Direct Proportion

Direct proportion happens when two quantities change together, keeping their ratio the same constant value. This means if one goes up, the other does by the same factor, as speed and distance travelled. We use the symbol "∝" to relate the proportions. Let's explore direct proportion.

Table of Contents

• Direct Proportion Definition
• Direct Proportion Formula
• Direct Proportion Graph
• Direct Proportion Solved Examples
• Direct Proportion Practice Questions

Direct Proportion Definition

Two quantities are in direct proportion when an increase in one quantity causes a proportional increase in the other, and a decrease causes a proportional decrease. The ratio between the two quantities always stays the same.

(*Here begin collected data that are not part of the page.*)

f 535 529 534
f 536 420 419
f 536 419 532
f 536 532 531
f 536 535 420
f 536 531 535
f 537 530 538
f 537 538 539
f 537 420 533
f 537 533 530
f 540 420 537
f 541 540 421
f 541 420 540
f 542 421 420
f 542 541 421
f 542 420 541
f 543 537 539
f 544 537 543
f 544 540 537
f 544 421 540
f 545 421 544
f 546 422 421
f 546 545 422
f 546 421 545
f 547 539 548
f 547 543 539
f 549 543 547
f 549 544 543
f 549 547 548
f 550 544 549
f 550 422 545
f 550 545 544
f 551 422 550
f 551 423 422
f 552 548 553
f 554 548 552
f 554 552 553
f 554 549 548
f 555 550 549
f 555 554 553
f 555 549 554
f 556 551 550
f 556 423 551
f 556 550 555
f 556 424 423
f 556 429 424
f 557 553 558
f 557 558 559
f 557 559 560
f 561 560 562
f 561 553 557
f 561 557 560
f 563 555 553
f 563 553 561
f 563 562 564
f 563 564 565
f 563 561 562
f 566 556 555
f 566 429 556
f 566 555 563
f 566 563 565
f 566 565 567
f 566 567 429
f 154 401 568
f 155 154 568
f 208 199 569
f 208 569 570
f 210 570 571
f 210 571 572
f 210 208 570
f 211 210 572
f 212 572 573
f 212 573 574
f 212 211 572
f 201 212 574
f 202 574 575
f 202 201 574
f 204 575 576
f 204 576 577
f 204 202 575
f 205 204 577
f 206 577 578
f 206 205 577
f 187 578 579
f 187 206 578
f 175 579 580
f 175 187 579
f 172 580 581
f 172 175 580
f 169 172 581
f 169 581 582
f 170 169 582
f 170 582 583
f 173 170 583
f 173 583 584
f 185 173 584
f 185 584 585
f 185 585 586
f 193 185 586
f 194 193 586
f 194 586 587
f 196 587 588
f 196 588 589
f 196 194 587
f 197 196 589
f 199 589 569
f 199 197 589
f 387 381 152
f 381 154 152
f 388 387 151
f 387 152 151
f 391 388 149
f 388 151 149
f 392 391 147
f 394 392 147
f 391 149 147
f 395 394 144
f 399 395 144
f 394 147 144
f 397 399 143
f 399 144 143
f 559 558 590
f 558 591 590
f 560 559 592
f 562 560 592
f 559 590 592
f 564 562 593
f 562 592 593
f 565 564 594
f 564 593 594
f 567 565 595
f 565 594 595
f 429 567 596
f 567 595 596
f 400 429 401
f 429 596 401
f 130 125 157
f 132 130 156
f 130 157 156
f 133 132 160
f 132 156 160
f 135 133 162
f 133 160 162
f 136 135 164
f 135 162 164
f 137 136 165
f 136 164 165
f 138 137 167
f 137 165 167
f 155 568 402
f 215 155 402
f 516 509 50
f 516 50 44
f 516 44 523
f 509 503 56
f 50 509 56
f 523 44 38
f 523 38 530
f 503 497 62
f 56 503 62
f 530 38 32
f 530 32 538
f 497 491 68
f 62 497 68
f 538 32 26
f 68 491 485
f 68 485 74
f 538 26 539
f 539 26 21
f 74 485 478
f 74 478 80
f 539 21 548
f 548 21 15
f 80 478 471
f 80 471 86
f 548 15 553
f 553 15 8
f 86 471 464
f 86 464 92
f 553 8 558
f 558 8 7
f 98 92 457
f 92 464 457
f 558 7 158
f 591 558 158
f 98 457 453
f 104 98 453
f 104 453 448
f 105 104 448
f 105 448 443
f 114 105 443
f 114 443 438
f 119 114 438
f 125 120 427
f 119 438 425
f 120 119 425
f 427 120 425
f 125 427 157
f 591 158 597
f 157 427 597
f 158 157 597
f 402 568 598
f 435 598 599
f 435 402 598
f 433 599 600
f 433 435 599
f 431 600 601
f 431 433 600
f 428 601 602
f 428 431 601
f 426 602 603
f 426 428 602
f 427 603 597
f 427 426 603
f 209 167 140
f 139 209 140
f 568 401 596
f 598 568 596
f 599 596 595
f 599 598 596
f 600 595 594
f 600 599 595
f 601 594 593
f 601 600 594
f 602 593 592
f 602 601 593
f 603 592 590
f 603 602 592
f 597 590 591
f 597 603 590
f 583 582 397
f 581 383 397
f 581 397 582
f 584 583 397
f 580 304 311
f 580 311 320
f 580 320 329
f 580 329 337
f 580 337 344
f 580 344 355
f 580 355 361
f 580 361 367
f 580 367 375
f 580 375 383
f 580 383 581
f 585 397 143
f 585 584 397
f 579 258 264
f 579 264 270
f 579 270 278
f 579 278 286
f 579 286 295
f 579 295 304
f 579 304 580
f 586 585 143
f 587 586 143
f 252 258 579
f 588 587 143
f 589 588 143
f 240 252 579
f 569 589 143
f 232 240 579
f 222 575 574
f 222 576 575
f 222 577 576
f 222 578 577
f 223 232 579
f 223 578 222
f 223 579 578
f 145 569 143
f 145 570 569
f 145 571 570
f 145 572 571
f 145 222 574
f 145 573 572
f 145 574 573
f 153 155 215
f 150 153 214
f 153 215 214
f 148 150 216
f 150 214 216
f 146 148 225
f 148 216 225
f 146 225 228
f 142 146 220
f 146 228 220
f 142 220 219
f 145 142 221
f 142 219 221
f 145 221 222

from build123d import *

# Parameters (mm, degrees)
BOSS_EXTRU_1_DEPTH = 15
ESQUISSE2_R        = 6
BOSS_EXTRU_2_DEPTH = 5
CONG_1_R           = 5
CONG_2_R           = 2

You are buying oranges at a fixed price per orange. The more oranges you buy, the more you pay, and the relationship between quantity and cost never changes. That fixed, equal link is what makes it a direct proportion. We write it as y ∝ x, which means "y is proportional to x."

Direct Proportion Formula

The formula for direct proportion is written as y = k × x. Here, k is a special number called the constant of proportionality. It never changes as long as the two quantities stay proportional. You can always find k by dividing y by x: k = y ÷ x. If you get the same answer every time you divide, the quantities are in direct proportion.

For example: if oranges cost ₹6 each, then k = 6. So y = 6 × x, where x is the number of oranges and y is the total cost. The ratio y ÷ x will always equal 6, no matter how many oranges you buy.

Direct Proportion Graph

When you draw a direct proportion on a graph, it always gives you a perfectly straight line that begins at the origin, the point (0, 0). This is the most important visual rule to remember. If the line is straight but starts from any other point, the relationship is not a direct proportion. The slope of the line equals the value of k. A steeper slope means a larger k, which means y grows faster for every one unit increase in x.

Direct Proportion Solved Examples

Example 1: A car travels 150 km using 10 litres of fuel. How far will it travel on 16 litres?

Solution: First, find k. Since distance and fuel are directly proportional, k = 150 ÷ 10 = 15 km per litre. Now use the formula: distance = 15 × 16 = 240 km. The diagram below shows the three steps clearly.

Example 2: A worker earns ₹420 for 7 hours of work. How much does she earn for 11 hours?

Solution: k = 420 ÷ 7 = ₹60 per hour. Earnings for 11 hours = 60 × 11 = ₹660.

Example 3: Check if these pairs are in direct proportion (4, 20), (7, 35), (9, 45).

Solution: Divide y by x in each case: 20 ÷ 4 = 5, 35 ÷ 7 = 5, 45 ÷ 9 = 5. The ratio is the same every time. So yes, they are in direct proportion with k = 5.

Direct Proportion Practice Questions

1. If y is directly proportional to x, and y = 18 when x = 3, find y when x = 7?

2. A recipe uses 250 g of flour to make 20 biscuits. How many grams of flour are needed to make 52 biscuits?

3. If 5 metres of ribbon cost ₹45, what is the cost of 13 metres?

4. A machine fills 240 bottles in 4 hours. How many bottles does it fill in 9 hours?

5. A tap drips 90 ml of water in 6 minutes. How much water drips in 25 minutes?